▶ **GOAL OF THE EXERCISE**
Quote, with no changes, the lines that run from the top of the material to the line with "circle A34 centre (0, -90) radius 1.75", both included.

***** PROVIDED DATA *****

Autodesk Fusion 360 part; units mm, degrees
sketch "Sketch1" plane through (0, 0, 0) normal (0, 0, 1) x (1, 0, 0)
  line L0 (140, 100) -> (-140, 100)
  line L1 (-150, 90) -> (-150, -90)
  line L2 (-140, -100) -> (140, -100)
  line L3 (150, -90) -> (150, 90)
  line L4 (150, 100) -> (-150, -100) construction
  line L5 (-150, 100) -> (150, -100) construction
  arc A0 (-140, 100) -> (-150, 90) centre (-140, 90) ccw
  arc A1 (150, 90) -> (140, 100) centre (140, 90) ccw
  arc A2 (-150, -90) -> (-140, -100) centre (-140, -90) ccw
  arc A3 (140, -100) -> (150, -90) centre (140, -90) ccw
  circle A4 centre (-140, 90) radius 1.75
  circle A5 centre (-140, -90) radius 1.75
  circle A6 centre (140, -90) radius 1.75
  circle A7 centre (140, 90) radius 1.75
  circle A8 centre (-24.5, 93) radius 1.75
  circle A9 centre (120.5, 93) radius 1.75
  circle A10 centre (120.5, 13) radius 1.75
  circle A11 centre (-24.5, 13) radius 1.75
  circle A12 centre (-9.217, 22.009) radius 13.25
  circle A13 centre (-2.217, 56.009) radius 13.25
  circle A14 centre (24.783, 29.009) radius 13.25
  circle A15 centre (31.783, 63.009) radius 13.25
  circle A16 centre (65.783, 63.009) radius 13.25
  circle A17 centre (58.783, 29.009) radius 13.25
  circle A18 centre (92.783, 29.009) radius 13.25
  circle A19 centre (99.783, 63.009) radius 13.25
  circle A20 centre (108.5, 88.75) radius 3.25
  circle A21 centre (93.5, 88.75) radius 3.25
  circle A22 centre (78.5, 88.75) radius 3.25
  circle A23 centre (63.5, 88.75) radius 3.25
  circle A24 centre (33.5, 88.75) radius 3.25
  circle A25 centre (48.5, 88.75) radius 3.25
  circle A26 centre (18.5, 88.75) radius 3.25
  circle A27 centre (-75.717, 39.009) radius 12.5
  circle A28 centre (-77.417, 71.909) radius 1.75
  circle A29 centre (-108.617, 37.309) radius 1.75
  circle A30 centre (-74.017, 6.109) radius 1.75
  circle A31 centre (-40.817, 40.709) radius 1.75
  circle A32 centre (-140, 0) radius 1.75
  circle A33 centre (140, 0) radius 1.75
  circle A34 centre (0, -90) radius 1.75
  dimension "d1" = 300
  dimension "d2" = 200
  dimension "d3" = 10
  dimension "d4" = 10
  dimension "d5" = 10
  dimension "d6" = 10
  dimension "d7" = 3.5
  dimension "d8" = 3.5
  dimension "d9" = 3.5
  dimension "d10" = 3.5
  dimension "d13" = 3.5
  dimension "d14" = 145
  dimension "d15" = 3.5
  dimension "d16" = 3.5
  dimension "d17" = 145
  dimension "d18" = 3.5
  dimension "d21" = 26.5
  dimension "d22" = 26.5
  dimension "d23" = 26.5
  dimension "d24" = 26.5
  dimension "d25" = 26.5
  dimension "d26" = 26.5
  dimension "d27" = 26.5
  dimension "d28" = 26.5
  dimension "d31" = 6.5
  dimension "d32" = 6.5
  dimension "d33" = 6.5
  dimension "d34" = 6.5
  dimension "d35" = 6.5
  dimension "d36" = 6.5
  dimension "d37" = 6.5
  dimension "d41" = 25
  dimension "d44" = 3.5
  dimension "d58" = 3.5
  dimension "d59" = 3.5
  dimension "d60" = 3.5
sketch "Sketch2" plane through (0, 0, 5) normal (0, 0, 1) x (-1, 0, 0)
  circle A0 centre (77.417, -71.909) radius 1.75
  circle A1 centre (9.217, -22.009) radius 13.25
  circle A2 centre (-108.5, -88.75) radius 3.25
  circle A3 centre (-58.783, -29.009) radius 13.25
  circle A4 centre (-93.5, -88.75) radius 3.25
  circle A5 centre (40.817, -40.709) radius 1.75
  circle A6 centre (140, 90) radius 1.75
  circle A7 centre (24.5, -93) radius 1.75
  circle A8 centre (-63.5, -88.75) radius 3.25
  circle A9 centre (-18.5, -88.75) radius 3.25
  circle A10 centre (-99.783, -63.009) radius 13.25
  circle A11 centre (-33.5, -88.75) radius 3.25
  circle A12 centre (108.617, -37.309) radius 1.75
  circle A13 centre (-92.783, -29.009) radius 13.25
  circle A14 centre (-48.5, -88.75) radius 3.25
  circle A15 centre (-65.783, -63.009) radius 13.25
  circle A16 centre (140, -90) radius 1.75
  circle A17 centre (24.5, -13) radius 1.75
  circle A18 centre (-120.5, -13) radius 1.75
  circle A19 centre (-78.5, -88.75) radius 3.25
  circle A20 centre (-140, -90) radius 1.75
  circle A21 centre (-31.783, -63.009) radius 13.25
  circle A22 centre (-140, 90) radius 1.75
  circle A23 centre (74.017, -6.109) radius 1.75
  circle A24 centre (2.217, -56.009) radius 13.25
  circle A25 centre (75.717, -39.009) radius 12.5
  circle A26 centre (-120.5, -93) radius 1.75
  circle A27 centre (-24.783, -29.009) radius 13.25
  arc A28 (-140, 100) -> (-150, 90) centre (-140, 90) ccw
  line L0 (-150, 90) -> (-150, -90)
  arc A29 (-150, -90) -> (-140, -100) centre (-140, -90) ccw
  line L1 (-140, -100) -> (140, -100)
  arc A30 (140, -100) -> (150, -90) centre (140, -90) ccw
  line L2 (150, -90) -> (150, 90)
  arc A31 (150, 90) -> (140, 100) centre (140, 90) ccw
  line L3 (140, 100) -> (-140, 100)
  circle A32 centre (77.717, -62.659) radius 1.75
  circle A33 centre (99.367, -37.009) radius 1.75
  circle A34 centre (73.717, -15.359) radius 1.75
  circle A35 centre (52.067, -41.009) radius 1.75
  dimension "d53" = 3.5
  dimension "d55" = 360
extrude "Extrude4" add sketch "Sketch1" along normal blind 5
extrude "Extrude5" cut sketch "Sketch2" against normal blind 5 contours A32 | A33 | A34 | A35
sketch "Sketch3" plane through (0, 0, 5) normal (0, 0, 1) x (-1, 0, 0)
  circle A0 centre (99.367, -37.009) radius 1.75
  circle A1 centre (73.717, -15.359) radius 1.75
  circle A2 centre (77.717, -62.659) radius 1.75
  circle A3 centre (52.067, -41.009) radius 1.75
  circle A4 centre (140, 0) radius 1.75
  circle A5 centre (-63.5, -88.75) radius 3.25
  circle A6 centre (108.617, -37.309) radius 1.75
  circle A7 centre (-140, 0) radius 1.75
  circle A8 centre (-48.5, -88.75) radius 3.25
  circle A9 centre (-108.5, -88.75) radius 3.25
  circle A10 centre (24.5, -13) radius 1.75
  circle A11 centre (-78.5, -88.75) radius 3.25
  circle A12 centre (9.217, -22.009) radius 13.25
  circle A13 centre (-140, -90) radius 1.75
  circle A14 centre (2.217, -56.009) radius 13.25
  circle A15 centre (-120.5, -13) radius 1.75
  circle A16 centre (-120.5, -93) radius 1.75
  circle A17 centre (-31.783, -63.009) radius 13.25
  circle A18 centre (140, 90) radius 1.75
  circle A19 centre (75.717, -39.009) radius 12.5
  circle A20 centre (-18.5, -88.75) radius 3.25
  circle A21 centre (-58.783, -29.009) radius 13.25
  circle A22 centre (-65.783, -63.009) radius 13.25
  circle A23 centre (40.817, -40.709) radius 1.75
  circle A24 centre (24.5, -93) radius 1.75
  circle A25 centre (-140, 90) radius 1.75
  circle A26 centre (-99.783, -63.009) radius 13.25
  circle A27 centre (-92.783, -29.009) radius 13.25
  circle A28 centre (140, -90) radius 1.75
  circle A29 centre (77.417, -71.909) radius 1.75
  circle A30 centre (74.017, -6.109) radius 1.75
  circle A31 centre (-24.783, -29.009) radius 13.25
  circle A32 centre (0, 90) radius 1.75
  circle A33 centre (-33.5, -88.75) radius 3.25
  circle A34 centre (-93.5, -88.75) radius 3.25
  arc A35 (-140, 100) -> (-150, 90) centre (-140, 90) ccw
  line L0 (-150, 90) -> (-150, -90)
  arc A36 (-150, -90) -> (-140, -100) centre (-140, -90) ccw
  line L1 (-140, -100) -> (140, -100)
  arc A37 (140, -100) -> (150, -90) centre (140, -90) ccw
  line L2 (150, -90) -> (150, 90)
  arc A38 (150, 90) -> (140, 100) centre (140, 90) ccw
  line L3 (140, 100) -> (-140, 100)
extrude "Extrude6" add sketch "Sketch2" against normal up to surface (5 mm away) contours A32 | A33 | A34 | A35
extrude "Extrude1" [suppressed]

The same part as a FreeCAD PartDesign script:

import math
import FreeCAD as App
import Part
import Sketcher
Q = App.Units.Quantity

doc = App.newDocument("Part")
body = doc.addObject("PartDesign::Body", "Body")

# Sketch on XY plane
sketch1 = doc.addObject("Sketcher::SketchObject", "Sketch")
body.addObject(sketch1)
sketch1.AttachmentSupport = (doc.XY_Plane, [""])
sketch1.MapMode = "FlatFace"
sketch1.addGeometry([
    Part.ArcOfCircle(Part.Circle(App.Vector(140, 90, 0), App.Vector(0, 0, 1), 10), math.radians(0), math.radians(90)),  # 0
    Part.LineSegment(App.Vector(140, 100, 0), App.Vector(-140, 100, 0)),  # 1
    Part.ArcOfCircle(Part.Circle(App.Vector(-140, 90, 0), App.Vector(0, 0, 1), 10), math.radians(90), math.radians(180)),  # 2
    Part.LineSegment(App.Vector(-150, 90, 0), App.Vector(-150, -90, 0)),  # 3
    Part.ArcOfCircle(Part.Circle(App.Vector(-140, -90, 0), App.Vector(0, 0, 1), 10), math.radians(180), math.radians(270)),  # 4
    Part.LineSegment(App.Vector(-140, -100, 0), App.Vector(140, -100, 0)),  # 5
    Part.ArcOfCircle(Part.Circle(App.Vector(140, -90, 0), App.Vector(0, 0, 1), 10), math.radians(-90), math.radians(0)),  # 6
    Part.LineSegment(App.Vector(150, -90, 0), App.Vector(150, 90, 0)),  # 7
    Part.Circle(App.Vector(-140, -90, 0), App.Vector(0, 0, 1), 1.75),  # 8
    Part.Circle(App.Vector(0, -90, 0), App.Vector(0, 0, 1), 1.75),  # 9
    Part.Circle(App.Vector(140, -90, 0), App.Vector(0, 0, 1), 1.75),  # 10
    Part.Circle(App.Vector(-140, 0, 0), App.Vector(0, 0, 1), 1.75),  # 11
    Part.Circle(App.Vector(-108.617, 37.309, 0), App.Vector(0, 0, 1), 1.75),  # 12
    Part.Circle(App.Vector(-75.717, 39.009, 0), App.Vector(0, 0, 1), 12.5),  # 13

*****

▶ **PROBLEM SOLUTION**
Autodesk Fusion 360 part; units mm, degrees
sketch "Sketch1" plane through (0, 0, 0) normal (0, 0, 1) x (1, 0, 0)
  line L0 (140, 100) -> (-140, 100)
  line L1 (-150, 90) -> (-150, -90)
  line L2 (-140, -100) -> (140, -100)
  line L3 (150, -90) -> (150, 90)
  line L4 (150, 100) -> (-150, -100) construction
  line L5 (-150, 100) -> (150, -100) construction
  arc A0 (-140, 100) -> (-150, 90) centre (-140, 90) ccw
  arc A1 (150, 90) -> (140, 100) centre (140, 90) ccw
  arc A2 (-150, -90) -> (-140, -100) centre (-140, -90) ccw
  arc A3 (140, -100) -> (150, -90) centre (140, -90) ccw
  circle A4 centre (-140, 90) radius 1.75
  circle A5 centre (-140, -90) radius 1.75
  circle A6 centre (140, -90) radius 1.75
  circle A7 centre (140, 90) radius 1.75
  circle A8 centre (-24.5, 93) radius 1.75
  circle A9 centre (120.5, 93) radius 1.75
  circle A10 centre (120.5, 13) radius 1.75
  circle A11 centre (-24.5, 13) radius 1.75
  circle A12 centre (-9.217, 22.009) radius 13.25
  circle A13 centre (-2.217, 56.009) radius 13.25
  circle A14 centre (24.783, 29.009) radius 13.25
  circle A15 centre (31.783, 63.009) radius 13.25
  circle A16 centre (65.783, 63.009) radius 13.25
  circle A17 centre (58.783, 29.009) radius 13.25
  circle A18 centre (92.783, 29.009) radius 13.25
  circle A19 centre (99.783, 63.009) radius 13.25
  circle A20 centre (108.5, 88.75) radius 3.25
  circle A21 centre (93.5, 88.75) radius 3.25
  circle A22 centre (78.5, 88.75) radius 3.25
  circle A23 centre (63.5, 88.75) radius 3.25
  circle A24 centre (33.5, 88.75) radius 3.25
  circle A25 centre (48.5, 88.75) radius 3.25
  circle A26 centre (18.5, 88.75) radius 3.25
  circle A27 centre (-75.717, 39.009) radius 12.5
  circle A28 centre (-77.417, 71.909) radius 1.75
  circle A29 centre (-108.617, 37.309) radius 1.75
  circle A30 centre (-74.017, 6.109) radius 1.75
  circle A31 centre (-40.817, 40.709) radius 1.75
  circle A32 centre (-140, 0) radius 1.75
  circle A33 centre (140, 0) radius 1.75
  circle A34 centre (0, -90) radius 1.75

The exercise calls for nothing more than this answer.